● WORK ORDER: Only the stretch of the listing below that runs from the line with "v 21.623 31.672 79.668" through the line with "v -20.197 35.367 80.041" is to be printed, exactly and with both ends.

● SOURCE DATA:
BEGIN

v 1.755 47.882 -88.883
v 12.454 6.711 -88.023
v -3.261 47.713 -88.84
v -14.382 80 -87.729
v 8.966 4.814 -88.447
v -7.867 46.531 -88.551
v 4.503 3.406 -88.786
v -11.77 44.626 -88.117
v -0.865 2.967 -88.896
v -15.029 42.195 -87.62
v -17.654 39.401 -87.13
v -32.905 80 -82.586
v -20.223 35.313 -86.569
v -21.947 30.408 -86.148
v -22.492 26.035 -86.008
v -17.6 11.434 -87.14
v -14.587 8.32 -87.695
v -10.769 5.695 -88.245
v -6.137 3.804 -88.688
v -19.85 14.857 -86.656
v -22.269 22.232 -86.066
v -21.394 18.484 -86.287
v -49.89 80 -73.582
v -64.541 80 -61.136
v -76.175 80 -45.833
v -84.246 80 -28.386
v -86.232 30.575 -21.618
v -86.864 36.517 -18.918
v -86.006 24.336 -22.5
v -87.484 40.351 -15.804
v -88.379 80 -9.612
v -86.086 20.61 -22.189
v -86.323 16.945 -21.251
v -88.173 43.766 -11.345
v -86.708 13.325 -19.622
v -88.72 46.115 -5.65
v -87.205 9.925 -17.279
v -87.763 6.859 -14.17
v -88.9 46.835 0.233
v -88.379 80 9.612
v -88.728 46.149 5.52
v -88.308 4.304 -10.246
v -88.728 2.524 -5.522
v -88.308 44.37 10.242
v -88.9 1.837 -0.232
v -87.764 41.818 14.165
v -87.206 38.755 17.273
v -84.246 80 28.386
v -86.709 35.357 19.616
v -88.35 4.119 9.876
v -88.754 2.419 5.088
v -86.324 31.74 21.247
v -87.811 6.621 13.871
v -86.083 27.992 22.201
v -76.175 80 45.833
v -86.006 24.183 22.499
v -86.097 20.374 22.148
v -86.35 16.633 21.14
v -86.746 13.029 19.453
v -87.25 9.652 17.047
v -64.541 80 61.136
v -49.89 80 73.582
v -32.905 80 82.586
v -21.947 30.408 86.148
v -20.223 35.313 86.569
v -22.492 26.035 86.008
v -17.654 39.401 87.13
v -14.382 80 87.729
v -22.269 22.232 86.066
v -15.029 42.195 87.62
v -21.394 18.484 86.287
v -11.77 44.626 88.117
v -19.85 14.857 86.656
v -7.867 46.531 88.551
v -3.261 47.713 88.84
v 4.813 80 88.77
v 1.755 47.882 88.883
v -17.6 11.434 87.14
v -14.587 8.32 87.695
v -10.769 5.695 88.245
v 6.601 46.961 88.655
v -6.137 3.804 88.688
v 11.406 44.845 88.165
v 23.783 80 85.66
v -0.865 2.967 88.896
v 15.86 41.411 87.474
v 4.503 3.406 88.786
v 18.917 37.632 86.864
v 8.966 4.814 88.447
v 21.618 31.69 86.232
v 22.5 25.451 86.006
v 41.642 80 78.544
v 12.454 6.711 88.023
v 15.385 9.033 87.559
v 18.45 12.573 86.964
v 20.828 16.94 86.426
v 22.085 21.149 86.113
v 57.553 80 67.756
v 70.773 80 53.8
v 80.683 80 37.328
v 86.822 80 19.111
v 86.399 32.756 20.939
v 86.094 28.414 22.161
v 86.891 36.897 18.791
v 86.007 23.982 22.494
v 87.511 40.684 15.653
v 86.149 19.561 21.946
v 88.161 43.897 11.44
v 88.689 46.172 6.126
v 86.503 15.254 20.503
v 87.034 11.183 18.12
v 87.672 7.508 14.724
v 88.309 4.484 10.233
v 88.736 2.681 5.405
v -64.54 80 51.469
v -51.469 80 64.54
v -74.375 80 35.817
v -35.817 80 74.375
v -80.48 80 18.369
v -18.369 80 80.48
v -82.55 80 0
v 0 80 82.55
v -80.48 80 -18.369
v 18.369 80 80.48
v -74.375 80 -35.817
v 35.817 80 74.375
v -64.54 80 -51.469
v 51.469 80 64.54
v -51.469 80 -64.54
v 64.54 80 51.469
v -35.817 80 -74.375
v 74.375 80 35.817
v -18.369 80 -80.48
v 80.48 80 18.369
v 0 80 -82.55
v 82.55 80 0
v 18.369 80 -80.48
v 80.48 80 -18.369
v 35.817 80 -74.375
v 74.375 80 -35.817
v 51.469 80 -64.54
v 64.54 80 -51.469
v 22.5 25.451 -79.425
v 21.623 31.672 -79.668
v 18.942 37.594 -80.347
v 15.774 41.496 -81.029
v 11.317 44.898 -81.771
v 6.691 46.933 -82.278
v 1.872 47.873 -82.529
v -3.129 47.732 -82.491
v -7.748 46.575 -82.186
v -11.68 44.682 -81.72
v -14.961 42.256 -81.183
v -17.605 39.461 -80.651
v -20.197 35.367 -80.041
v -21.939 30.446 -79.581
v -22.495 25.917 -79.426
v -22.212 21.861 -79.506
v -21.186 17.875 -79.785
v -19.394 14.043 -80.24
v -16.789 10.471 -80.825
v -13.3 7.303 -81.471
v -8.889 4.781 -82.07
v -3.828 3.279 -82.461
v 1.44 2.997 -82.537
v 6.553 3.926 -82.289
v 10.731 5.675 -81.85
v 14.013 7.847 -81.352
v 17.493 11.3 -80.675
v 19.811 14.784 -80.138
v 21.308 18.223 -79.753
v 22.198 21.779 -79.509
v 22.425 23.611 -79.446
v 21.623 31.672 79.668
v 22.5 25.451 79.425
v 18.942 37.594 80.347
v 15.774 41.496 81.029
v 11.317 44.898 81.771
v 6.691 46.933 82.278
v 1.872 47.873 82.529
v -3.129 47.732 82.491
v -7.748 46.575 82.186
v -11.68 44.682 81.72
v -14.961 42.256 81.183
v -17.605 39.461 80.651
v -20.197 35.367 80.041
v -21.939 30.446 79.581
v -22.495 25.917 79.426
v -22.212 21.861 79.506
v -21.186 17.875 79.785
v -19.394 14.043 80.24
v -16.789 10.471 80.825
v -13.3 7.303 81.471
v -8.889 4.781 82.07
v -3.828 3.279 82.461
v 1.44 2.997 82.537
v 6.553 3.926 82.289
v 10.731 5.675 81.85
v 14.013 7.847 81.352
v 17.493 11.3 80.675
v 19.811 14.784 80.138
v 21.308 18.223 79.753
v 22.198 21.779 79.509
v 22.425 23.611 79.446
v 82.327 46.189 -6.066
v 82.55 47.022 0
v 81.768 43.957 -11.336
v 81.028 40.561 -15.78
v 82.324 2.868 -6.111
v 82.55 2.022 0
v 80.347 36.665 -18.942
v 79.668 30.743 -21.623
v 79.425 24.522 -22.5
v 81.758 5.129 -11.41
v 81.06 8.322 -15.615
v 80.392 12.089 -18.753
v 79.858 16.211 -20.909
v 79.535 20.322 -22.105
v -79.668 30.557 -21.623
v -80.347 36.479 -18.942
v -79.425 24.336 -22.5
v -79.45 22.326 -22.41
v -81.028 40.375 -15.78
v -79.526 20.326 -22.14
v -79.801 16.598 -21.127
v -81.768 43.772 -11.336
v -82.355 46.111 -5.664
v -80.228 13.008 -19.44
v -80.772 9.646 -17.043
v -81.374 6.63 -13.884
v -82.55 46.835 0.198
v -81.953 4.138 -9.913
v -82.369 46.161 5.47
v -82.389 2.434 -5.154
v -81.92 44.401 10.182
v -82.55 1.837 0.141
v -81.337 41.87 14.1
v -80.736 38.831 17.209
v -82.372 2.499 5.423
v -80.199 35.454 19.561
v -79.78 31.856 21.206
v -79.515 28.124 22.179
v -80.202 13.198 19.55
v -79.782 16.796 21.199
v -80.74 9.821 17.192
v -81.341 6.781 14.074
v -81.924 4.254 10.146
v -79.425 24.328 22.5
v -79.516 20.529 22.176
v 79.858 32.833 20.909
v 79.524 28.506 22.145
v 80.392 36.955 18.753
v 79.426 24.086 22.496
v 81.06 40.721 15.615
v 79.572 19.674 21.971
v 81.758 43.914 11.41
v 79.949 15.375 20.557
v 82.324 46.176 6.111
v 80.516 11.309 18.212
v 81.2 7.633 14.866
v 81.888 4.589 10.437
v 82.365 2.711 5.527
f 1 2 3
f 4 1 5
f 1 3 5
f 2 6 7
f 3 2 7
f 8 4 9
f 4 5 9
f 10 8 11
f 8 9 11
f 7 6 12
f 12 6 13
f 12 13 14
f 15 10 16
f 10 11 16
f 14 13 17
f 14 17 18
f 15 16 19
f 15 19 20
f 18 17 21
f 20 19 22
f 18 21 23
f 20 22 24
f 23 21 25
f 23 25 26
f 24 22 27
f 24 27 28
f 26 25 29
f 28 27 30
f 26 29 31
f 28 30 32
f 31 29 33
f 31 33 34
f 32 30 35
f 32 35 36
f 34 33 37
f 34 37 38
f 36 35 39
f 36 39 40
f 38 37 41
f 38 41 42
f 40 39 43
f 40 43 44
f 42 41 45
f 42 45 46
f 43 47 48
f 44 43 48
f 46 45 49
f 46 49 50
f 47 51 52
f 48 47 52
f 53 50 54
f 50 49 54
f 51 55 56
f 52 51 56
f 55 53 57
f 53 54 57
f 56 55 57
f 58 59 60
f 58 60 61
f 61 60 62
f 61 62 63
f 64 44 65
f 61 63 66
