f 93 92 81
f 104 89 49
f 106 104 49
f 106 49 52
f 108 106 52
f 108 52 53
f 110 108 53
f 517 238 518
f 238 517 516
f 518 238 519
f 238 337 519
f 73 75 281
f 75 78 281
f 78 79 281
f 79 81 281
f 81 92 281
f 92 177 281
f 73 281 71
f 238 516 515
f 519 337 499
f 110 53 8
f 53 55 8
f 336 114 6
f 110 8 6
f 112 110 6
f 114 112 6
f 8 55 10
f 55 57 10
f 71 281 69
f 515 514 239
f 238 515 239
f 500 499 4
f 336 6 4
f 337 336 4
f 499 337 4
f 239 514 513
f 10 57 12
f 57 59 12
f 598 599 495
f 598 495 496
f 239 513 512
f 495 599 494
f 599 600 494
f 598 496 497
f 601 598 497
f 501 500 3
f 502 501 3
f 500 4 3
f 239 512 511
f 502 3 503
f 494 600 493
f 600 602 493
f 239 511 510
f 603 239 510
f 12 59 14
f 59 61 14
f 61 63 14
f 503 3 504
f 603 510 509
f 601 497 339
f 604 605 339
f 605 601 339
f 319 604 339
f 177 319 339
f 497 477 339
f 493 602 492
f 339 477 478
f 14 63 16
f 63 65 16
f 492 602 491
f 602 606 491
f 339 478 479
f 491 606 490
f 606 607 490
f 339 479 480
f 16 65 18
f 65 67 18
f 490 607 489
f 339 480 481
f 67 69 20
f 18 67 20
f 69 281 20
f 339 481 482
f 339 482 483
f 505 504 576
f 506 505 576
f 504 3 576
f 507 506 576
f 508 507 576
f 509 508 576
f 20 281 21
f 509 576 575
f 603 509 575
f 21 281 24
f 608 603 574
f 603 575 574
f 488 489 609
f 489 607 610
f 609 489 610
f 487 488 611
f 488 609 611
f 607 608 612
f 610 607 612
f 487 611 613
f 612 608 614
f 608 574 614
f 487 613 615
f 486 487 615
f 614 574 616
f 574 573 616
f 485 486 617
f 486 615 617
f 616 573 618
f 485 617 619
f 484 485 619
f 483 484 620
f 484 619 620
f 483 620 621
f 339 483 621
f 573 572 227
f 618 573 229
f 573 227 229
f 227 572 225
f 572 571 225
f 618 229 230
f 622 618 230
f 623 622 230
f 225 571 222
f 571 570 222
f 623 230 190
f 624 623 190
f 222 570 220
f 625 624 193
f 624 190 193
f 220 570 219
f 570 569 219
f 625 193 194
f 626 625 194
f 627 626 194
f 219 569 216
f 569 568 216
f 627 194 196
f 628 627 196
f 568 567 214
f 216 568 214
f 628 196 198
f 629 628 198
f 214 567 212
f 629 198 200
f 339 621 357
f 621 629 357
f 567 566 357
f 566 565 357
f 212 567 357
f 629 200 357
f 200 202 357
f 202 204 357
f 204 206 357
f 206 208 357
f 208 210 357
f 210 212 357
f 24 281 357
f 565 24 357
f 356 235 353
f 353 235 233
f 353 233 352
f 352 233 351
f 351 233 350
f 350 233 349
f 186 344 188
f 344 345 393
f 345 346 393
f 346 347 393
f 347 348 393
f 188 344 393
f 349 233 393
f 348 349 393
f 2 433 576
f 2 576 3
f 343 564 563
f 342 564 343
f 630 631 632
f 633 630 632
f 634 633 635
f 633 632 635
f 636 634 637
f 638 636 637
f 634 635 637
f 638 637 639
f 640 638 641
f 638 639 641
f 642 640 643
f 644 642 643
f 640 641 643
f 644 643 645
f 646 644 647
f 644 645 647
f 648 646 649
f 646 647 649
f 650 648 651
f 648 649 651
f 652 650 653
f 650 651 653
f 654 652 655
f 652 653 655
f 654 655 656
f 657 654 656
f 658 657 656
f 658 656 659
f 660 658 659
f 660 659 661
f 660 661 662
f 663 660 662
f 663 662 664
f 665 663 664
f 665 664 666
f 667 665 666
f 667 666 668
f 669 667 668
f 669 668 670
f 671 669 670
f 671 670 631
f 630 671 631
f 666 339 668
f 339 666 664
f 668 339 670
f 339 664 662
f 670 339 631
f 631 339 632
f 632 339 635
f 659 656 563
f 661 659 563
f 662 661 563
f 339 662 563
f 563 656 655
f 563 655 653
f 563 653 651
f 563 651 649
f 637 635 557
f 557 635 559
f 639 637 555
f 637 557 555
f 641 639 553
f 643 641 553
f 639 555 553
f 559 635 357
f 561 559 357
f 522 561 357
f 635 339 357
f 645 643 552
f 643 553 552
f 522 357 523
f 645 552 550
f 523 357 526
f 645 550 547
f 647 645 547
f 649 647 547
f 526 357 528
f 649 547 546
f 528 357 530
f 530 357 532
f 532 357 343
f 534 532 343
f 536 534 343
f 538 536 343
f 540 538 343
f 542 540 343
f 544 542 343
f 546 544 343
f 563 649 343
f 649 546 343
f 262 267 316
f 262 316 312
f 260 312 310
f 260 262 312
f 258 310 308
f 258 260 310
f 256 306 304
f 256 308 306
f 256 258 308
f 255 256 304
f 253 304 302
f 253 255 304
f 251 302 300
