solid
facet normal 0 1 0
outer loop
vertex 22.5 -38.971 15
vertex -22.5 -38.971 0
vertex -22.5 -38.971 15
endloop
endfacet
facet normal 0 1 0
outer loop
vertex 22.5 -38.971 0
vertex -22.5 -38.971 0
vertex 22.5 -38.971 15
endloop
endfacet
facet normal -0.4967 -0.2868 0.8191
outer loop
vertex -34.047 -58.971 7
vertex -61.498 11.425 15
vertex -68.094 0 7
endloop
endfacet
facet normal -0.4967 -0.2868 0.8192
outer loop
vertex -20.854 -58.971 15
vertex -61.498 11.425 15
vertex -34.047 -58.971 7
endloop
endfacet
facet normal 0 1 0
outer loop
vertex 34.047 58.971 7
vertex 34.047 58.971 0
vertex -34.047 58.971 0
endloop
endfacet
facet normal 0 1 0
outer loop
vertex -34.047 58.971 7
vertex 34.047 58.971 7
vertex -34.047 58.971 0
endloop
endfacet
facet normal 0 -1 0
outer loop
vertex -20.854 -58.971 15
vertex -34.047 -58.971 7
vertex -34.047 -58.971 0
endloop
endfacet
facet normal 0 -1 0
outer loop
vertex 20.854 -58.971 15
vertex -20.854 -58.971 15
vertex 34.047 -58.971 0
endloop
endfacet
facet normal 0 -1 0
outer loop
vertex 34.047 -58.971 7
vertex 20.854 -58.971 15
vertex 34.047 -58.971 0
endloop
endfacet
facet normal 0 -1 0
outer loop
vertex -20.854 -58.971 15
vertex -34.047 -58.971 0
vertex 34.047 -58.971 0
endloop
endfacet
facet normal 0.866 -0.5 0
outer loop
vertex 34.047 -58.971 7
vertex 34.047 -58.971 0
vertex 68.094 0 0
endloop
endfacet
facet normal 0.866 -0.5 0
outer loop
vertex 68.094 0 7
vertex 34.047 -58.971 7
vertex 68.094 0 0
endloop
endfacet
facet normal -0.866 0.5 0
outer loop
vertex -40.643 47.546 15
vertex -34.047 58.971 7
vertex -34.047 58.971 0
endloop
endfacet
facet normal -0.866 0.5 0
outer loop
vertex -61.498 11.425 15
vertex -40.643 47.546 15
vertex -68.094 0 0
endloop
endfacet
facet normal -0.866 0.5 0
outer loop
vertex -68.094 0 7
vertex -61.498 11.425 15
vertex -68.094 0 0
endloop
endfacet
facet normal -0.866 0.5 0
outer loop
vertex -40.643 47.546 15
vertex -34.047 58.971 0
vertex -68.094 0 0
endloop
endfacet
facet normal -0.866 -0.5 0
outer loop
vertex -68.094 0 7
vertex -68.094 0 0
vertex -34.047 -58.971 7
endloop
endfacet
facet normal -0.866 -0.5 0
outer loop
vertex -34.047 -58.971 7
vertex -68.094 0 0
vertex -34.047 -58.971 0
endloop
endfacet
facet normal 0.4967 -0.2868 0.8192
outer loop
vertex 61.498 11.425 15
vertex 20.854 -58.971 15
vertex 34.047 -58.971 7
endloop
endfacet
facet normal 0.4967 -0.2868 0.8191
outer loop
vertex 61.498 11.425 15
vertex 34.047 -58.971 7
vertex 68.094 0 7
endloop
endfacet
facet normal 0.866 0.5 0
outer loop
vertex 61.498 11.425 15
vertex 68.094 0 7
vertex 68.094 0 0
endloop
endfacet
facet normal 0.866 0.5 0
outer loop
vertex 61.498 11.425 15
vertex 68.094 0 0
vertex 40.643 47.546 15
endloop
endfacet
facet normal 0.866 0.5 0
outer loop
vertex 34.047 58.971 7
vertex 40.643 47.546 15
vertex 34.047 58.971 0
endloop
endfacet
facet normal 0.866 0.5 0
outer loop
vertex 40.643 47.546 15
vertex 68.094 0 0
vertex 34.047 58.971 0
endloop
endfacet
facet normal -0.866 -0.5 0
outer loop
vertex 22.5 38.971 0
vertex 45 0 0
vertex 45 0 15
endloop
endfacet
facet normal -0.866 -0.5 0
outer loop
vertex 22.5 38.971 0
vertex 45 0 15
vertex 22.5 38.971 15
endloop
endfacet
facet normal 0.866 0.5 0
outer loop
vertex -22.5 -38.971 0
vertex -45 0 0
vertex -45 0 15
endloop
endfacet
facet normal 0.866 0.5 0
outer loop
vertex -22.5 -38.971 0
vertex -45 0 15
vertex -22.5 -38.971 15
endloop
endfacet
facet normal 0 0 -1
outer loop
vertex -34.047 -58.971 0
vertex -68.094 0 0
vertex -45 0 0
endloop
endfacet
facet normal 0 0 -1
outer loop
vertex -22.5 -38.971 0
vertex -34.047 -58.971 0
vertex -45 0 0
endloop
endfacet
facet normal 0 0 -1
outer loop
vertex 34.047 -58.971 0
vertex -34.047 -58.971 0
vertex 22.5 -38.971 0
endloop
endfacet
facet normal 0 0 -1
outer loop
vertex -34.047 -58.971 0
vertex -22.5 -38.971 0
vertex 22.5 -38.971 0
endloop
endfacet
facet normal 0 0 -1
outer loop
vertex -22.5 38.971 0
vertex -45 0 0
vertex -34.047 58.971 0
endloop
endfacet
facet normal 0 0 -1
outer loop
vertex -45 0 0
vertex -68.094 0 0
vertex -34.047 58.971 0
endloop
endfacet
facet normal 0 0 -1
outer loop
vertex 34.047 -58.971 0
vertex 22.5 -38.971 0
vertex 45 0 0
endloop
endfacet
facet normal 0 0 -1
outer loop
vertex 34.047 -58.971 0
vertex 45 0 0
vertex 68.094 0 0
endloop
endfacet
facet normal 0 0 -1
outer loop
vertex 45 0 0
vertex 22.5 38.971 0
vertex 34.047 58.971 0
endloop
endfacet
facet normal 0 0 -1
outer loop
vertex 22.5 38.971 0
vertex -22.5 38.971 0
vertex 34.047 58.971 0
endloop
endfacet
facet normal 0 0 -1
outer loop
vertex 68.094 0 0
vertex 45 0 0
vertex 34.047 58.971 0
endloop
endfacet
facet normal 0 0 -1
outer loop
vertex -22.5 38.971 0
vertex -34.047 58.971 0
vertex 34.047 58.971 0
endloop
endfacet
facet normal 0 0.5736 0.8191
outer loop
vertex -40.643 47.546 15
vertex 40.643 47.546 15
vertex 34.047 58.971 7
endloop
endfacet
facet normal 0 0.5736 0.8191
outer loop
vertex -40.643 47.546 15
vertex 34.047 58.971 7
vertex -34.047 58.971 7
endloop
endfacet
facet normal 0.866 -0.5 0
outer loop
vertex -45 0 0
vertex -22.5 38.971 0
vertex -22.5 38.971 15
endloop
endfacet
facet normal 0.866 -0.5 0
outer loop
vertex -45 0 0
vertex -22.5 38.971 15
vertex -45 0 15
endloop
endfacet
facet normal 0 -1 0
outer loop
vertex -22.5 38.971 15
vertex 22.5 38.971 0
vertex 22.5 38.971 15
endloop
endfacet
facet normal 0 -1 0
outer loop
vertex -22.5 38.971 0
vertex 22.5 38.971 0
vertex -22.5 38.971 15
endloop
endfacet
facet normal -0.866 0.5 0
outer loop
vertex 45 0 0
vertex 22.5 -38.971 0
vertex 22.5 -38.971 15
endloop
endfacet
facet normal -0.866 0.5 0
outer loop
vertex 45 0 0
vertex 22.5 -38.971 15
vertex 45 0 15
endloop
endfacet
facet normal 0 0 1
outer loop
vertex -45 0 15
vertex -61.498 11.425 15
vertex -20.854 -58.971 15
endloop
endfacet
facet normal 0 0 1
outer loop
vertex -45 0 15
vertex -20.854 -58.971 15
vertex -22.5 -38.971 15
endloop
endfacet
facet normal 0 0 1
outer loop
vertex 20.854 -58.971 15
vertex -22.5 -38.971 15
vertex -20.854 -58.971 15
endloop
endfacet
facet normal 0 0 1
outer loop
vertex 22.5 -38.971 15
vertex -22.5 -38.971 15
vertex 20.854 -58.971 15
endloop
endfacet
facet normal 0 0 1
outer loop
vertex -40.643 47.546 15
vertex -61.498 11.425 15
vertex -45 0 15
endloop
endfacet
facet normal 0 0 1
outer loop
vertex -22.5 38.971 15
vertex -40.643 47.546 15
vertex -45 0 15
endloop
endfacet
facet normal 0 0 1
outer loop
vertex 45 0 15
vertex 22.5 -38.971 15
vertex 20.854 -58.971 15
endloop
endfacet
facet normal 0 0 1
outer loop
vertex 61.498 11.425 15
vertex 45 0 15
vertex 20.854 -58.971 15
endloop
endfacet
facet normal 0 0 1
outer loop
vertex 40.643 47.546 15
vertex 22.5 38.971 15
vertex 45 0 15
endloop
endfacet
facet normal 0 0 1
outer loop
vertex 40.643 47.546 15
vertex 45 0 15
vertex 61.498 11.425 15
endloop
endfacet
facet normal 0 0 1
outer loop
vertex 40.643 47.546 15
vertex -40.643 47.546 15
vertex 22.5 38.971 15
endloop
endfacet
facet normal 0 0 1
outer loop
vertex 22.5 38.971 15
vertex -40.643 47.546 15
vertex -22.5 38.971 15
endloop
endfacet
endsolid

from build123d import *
from OCP.BRepFilletAPI import BRepFilletAPI_MakeChamfer

# Parameters (mm, degrees)
BOSS_EXTRUDE1_DEPTH = 15
CHAMFER1_SIZE       = 8
CHAMFER1_SIZE2      = 11.425184054


with BuildPart() as part:
    # Sketch1 → Boss-Extrude1 (new body)
    with BuildSketch(Plane.XY):
        Polygon((34.047005384, 58.97114317), (-34.047005384, 58.97114317), (-68.094010768, 0), (-34.047005384, -58.97114317), (34.047005384, -58.97114317), (68.094010768, 0), align=None)
        Polygon((45, 0), (22.5, 38.97114317), (-22.5, 38.97114317), (-45, 0), (-22.5, -38.97114317), (22.5, -38.97114317), align=None, mode=Mode.SUBTRACT)
    extrude(amount=BOSS_EXTRUDE1_DEPTH)

    # Chamfer1: one chamfer whose edges measure the first distance from different faces: ONE call of the kernel's chamfer builder (chamfer() names one face for all edges)
    chamfer1_edges_1 = [part.edges().sort_by_distance(p)[0] for p in [
        (-51.070508076, -29.485571585, 15),
    ]]
    chamfer1_side_1 = [part.faces().sort_by_distance(p)[0] for p in [
        (-51.070508076, -29.485571585, 7.5),
    ]]
    chamfer1_edges_2 = [part.edges().sort_by_distance(p)[0] for p in [
        (51.070508076, -29.485571585, 15),
    ]]
    chamfer1_side_2 = [part.faces().sort_by_distance(p)[0] for p in [
        (51.070508076, -29.485571585, 7.5),
    ]]
    chamfer1_edges_3 = [part.edges().sort_by_distance(p)[0] for p in [
        (0, 58.97114317, 15),
    ]]
    chamfer1_side_3 = [part.faces().sort_by_distance(p)[0] for p in [
        (0, 58.97114317, 7.5),
    ]]
    chamfer1 = BRepFilletAPI_MakeChamfer(part.part.solid().wrapped)
    for e in chamfer1_edges_1:
        chamfer1.Add(CHAMFER1_SIZE, CHAMFER1_SIZE2, e.wrapped, chamfer1_side_1[0].wrapped)  # the first distance lies on this face
    for e in chamfer1_edges_2:
        chamfer1.Add(CHAMFER1_SIZE, CHAMFER1_SIZE2, e.wrapped, chamfer1_side_2[0].wrapped)  # the first distance lies on this face
    for e in chamfer1_edges_3:
        chamfer1.Add(CHAMFER1_SIZE, CHAMFER1_SIZE2, e.wrapped, chamfer1_side_3[0].wrapped)  # the first distance lies on this face
    add(Compound.cast(chamfer1.Shape()), mode=Mode.REPLACE)


solid = part.part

END

● RESPONSE AREA:
v 21.623 31.672 79.668
v 22.5 25.451 79.425
v 18.942 37.594 80.347
v 15.774 41.496 81.029
v 11.317 44.898 81.771
v 6.691 46.933 82.278
v 1.872 47.873 82.529
v -3.129 47.732 82.491
v -7.748 46.575 82.186
v -11.68 44.682 81.72
v -14.961 42.256 81.183
v -17.605 39.461 80.651
v -20.197 35.367 80.041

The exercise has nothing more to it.